Introduction

In this post, I would like to write about an interesting concept I learned while reading Designing Data-Intensive Applications by Martin Kleppmann. More specifically, it’s a story of how Twitter handled some of its scalability challenges related to users’ personalized timelines. If you work on an application with some sort of a personalized feed/timeline for each user, the idea introduced here might help you improve the performance or give you inspiration for your next app’s architecture.

Scaling timelines

In November 2012, at a conference in San Francisco, Raffi Krikorian published some data about two of Twitter’s main operations:

  • Post tweet - a user can post a new tweet to their followers (4,6k requests/sec on average, over 12k requests/sec at peak).
  • Home timeline - a user can view tweets posted by the people they follow (300k requests/sec).

With modern databases, handling 12,000 write requests is achievable fairly easily. But at Twitter, the challenge came not with the volume, but due to so-called fan-out. In transaction processing systems, this term is used to describe the number of requests to other services that need to be made to serve one incoming request. On Twitter, each user follows many people and each user is followed by many people. This means that when a new tweet is published, it needs to be delivered to all of the author’s followers. In some cases (e.g. celebrities with many followers), there might be a lot of work to do.

On a high level, there are two ways of implementing the two operations mentioned above. Let’s examine both of them.

Traditional approach with relational schema

This is probably the first approach that comes to most developers’ minds. The idea is relatively simple. We need some kind of storage for all posted tweets. When a new tweet is posted, it’s simply inserted into this global collection of tweets. When a user opens the website and requests their home timeline, all the tweets from all the people they follow are merged and served on demand. In a traditional relational database, you might have three tables to handle this scenario: users, tweets, and follows.

  • users table
idfirst_namelast_nameusername
21ArkadiuszChmuraClouddJr
  • tweets table
iduser_idcontentcreated_at
1421Hello World!2022-03-26 17:46:11
  • follows table
follower_idfollowee_id
1921221

Then, to get all the relevant tweets to assemble a user’s timeline, the SQL query could look like this:

SELECT
	tweets.*,
	users.*
FROM
	tweets
	JOIN users ON tweets.user_id = users.id
	JOIN follows ON follows.followee_id = users.id
WHERE
	follows.follower_id = CURRENT_USER

The biggest problem here is that we have to execute the above query every time we want to display a timeline for any user. It’s not hard to imagine the huge amount of work required when there are a lot of users on the platform with a substantial number of people they follow frequently accessing the website.

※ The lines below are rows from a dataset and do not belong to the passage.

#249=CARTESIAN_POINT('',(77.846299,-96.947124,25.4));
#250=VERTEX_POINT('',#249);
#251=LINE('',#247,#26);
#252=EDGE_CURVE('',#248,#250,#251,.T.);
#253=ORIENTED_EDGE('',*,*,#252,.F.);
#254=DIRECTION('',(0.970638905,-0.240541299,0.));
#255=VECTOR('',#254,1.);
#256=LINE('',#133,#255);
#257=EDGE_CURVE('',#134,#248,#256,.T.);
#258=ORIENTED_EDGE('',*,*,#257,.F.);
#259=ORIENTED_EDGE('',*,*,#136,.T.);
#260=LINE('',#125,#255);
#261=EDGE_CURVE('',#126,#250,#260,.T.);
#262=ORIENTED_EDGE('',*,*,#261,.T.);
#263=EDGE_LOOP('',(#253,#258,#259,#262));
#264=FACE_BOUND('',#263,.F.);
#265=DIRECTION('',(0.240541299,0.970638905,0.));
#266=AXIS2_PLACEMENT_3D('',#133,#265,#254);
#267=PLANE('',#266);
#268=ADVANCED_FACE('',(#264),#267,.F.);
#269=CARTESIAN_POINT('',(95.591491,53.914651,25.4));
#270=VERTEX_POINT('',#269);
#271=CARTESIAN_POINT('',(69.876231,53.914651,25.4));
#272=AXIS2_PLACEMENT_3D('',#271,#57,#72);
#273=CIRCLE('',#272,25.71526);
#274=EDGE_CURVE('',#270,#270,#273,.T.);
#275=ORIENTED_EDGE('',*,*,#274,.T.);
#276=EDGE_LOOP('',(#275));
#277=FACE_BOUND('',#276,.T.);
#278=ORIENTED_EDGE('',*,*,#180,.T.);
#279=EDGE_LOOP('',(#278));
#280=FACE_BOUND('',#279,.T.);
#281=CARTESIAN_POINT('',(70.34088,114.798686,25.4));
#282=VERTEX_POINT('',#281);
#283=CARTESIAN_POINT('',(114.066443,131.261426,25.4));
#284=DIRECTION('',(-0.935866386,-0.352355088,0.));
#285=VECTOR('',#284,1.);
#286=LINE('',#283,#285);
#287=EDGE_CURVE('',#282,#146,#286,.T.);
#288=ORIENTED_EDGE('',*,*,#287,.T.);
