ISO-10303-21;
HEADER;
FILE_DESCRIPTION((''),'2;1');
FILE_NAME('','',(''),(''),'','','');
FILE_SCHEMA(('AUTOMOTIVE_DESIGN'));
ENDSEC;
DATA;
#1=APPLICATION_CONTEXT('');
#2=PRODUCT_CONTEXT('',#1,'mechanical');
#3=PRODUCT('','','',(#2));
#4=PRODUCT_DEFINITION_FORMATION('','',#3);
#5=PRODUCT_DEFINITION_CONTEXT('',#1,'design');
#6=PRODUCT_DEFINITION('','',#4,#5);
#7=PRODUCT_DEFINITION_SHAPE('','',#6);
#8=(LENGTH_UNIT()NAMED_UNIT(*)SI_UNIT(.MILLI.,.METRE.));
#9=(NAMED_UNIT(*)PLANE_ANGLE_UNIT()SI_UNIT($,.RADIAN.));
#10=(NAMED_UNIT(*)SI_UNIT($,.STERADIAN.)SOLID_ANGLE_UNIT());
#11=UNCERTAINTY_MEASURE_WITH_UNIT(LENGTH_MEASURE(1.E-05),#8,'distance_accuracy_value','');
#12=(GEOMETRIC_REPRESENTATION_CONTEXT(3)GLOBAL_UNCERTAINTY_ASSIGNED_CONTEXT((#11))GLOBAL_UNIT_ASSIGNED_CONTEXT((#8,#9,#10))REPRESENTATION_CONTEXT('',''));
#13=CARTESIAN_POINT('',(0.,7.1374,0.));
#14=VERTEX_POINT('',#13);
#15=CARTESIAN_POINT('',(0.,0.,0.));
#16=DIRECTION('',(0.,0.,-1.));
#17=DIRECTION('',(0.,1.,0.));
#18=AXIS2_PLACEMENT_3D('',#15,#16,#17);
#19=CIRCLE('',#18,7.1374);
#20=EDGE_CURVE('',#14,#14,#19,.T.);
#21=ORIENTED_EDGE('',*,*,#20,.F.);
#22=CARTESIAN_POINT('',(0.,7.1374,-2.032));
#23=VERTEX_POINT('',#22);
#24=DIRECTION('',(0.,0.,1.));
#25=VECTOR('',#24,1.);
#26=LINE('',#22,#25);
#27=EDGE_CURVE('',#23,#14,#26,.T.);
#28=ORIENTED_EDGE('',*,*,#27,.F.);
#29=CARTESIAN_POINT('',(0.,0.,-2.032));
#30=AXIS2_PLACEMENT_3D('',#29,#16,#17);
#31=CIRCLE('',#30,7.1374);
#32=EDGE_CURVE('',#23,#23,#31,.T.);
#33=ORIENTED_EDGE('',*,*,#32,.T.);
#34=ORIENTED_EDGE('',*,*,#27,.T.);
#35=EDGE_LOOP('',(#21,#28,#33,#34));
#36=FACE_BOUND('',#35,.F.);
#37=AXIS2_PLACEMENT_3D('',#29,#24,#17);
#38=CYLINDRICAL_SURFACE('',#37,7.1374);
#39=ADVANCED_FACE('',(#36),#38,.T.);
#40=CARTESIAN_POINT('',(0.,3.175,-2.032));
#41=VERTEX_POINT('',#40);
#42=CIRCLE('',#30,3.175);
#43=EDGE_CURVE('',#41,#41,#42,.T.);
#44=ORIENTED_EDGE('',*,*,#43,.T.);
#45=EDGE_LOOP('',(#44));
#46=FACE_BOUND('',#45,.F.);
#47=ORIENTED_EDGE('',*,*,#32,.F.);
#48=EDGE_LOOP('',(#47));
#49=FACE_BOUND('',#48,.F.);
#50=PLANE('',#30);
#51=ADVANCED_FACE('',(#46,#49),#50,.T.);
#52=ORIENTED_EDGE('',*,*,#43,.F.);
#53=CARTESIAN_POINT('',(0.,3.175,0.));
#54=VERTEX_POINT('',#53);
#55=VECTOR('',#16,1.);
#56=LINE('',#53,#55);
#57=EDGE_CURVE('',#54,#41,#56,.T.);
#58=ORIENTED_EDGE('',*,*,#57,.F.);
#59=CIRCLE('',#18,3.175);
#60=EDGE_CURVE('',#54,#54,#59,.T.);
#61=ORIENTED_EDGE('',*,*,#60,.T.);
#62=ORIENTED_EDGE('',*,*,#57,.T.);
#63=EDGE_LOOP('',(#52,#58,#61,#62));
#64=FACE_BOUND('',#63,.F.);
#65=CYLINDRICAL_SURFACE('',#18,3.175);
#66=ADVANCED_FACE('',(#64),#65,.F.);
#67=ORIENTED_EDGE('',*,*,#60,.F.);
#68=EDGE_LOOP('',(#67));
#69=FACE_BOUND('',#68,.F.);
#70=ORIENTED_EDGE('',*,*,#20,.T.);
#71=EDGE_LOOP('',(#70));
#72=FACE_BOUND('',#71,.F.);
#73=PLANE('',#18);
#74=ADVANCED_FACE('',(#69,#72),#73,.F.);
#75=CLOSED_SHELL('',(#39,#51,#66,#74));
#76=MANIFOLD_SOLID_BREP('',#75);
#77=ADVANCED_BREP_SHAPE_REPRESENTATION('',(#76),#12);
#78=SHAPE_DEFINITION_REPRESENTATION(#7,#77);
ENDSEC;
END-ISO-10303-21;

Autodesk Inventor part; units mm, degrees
sketch "Sketch_1" plane through (0, 0, 0) normal (1, 0, 0) x (0, 1, 0)
  line L0 (0, -2.032) -> (0, 0)
  line L1 (7.1374, 0) -> (3.175, 0)
  line L2 (3.175, 0) -> (3.175, -2.032)
  line L3 (3.175, -2.032) -> (7.1374, -2.032)
  line L4 (7.1374, -2.032) -> (7.1374, 0)
revolve "Revolution1" add sketch "Sketch_1" angle 360 about axis through (0, 0, -2.032) along (0, 0, -1)
ref_plane "part_to_rod_XY" through (0, 0, 0) normal (0, 0, 1) x (1, 0, 0)
ref_plane "part_to_rod_YZ" through (0, 0, 0) normal (1, 0, 0) x (0, 1, 0)
ref_plane "part_to_rod_ZX" through (0, 0, 0) normal (0, 1, 0) x (0, 0, 1)
properties part number "0.56250.0800000000000001-rod_part" material "Steel"
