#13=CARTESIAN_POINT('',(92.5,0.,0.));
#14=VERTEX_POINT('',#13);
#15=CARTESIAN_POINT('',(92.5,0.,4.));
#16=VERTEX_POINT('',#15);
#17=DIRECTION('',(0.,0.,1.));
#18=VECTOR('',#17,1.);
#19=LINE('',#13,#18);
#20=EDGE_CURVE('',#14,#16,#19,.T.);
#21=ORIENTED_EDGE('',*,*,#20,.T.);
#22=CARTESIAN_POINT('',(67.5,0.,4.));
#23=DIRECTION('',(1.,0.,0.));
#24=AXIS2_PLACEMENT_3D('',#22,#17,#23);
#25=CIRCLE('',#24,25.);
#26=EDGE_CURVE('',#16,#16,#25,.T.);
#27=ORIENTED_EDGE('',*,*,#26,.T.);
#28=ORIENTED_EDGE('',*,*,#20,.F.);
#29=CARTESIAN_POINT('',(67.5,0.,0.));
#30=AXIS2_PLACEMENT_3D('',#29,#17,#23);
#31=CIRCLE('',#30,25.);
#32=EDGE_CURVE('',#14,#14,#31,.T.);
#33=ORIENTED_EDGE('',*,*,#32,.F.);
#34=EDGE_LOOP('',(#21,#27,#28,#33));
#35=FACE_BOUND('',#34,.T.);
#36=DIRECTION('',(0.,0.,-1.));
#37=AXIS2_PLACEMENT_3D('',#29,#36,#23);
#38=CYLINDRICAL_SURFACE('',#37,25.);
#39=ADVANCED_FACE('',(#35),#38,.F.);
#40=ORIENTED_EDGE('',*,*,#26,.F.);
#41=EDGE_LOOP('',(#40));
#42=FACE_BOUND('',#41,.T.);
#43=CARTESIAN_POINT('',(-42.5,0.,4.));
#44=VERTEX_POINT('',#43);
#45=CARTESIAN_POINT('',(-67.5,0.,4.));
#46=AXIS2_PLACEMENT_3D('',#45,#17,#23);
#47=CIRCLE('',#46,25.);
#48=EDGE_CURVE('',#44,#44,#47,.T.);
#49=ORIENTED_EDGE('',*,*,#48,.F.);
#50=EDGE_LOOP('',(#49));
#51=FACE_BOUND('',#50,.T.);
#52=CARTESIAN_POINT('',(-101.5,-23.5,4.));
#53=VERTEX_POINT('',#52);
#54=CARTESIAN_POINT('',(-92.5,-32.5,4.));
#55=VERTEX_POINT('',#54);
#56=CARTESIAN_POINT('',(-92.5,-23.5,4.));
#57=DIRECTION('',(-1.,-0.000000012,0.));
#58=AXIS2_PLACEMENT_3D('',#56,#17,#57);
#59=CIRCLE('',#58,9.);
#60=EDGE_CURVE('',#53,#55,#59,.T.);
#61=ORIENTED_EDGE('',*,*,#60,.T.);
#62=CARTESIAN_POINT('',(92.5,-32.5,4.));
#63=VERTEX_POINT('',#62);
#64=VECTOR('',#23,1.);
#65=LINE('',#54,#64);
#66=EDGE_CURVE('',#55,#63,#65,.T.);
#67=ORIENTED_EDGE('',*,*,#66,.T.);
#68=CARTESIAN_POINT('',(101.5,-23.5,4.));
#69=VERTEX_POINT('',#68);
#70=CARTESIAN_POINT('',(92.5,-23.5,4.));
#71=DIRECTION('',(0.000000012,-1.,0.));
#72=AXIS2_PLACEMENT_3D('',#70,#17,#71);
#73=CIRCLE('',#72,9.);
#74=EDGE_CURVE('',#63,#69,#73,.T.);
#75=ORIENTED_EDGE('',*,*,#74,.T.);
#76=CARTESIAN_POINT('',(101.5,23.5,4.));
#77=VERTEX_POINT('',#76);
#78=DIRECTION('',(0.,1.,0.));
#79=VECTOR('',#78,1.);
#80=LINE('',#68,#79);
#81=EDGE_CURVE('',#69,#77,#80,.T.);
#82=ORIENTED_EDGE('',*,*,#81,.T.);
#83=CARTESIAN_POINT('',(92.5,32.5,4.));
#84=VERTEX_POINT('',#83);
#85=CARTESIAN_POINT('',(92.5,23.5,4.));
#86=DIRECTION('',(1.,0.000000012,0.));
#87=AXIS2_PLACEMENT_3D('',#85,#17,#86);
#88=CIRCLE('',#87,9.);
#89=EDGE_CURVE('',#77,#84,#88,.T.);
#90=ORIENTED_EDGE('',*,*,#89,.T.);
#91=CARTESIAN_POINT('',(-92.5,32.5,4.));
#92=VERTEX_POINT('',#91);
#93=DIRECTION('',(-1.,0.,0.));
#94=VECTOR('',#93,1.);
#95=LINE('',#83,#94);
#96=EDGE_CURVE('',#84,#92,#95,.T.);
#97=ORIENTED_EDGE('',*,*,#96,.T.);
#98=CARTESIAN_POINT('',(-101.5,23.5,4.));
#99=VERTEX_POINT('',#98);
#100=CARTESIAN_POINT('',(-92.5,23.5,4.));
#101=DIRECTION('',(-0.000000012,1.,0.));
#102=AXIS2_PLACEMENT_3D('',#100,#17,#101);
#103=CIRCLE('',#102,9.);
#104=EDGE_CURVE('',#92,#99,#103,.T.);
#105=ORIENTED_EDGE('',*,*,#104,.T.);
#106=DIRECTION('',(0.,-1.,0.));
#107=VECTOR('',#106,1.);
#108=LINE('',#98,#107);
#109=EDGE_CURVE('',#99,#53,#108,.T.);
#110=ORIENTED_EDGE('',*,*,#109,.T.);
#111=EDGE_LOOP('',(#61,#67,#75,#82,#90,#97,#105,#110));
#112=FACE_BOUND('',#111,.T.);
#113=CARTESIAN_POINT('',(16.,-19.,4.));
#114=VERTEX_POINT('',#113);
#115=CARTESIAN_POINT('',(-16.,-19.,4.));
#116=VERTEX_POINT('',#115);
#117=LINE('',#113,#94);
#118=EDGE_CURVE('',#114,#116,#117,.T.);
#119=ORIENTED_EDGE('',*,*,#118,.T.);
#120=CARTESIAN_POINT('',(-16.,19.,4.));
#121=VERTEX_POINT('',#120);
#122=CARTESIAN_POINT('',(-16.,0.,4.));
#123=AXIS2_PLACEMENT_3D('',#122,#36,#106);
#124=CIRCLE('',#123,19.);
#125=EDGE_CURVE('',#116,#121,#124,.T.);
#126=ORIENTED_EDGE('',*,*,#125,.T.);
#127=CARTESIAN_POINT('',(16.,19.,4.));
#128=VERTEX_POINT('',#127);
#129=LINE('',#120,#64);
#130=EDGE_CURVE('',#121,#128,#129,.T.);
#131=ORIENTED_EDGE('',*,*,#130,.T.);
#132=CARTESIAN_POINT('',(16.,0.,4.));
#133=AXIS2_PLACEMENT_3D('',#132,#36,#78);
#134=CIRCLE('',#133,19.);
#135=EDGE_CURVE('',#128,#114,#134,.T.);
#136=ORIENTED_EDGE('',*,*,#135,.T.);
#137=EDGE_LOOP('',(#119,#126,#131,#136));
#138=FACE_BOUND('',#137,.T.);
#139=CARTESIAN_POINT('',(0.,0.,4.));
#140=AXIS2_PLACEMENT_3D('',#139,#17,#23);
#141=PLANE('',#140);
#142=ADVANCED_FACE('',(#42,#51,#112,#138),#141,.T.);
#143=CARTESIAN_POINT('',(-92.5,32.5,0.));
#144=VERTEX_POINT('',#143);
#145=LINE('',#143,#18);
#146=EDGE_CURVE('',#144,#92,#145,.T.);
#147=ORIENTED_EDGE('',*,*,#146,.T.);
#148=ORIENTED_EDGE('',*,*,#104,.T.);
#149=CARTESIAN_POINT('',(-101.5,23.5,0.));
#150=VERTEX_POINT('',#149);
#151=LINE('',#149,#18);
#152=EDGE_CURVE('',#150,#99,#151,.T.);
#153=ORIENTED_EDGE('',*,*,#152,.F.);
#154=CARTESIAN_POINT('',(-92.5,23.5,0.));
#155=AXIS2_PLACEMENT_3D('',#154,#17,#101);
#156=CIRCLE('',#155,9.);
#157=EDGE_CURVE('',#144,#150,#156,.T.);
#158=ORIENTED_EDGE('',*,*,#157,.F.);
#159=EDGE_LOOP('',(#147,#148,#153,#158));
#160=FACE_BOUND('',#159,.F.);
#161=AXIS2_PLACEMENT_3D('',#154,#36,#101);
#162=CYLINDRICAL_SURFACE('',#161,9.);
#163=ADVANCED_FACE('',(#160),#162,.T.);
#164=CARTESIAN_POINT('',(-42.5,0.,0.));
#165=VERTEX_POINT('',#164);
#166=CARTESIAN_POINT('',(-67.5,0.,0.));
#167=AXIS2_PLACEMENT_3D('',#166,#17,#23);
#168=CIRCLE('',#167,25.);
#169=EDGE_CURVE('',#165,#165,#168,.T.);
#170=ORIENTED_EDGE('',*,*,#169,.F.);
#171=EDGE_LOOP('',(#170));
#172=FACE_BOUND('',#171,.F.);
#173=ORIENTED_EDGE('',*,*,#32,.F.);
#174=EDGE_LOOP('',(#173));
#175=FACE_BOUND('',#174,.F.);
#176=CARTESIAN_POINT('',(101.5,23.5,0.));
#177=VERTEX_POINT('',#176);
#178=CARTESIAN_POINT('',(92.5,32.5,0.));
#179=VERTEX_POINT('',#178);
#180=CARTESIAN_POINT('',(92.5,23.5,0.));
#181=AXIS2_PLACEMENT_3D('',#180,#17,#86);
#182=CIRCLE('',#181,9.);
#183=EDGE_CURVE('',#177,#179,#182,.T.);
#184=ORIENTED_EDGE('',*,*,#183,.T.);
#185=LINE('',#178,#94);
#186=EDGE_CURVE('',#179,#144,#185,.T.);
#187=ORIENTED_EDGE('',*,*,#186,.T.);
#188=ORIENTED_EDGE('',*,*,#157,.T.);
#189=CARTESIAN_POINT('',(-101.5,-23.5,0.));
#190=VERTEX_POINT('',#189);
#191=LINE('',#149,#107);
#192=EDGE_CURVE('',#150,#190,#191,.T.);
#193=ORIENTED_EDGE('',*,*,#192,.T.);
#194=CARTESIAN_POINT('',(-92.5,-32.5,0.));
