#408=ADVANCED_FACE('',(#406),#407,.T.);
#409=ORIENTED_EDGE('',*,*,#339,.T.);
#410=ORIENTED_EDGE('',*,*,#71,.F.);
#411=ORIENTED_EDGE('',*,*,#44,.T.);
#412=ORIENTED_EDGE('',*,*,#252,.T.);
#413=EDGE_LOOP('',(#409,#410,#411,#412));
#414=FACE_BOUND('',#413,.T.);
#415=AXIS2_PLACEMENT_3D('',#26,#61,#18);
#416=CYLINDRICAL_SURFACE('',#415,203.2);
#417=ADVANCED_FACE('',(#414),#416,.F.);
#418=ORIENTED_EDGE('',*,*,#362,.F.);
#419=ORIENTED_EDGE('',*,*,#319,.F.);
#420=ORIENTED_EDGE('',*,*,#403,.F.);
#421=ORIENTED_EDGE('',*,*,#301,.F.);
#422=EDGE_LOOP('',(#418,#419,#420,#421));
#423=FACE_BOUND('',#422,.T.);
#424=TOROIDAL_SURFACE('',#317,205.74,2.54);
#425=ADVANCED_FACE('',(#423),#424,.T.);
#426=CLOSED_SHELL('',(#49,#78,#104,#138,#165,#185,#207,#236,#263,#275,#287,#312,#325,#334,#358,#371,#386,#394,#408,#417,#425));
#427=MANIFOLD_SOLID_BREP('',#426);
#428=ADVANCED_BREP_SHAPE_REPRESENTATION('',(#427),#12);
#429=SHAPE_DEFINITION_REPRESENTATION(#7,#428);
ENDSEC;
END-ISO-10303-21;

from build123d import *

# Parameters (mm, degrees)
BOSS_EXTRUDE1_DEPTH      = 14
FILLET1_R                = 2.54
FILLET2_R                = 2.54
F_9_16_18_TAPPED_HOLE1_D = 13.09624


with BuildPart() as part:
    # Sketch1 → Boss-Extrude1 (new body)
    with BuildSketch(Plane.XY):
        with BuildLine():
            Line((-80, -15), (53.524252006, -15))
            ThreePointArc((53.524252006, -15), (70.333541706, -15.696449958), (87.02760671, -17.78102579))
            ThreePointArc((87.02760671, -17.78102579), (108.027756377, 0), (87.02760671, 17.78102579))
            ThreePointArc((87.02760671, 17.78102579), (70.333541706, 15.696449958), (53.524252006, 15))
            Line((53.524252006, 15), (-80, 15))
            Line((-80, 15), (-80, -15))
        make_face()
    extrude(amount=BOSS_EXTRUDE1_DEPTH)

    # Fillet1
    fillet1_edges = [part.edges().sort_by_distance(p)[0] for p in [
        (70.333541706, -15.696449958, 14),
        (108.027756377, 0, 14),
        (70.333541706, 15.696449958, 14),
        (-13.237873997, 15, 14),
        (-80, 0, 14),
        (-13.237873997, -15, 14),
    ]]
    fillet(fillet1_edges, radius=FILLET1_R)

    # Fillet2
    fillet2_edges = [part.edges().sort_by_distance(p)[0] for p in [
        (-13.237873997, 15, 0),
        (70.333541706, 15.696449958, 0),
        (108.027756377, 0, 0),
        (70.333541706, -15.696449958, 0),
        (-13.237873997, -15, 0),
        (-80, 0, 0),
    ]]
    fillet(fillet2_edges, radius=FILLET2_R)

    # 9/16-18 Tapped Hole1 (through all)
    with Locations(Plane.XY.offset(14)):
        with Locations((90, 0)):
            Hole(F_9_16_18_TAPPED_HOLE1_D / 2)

The first version of Twitter used this approach, but the system struggled to keep up with the load of home timeline queries. The number of users on the platform kept growing, so they had to introduce another solution.

Maintaining a cache for individual timelines

Here, the basic idea is that we prepare, or cache, each user’s home timeline ahead of time so that when it’s requested, no additional work is required. When a user posts a tweet, besides being stored in a table, it’s immediately inserted into timeline caches for all of their followers. Thanks to this, reading a timeline is very cheap, because it has already been computed - it’s enough to just read from the cache. There is no need for any other expensive database operations. This concept is visualized in the image below.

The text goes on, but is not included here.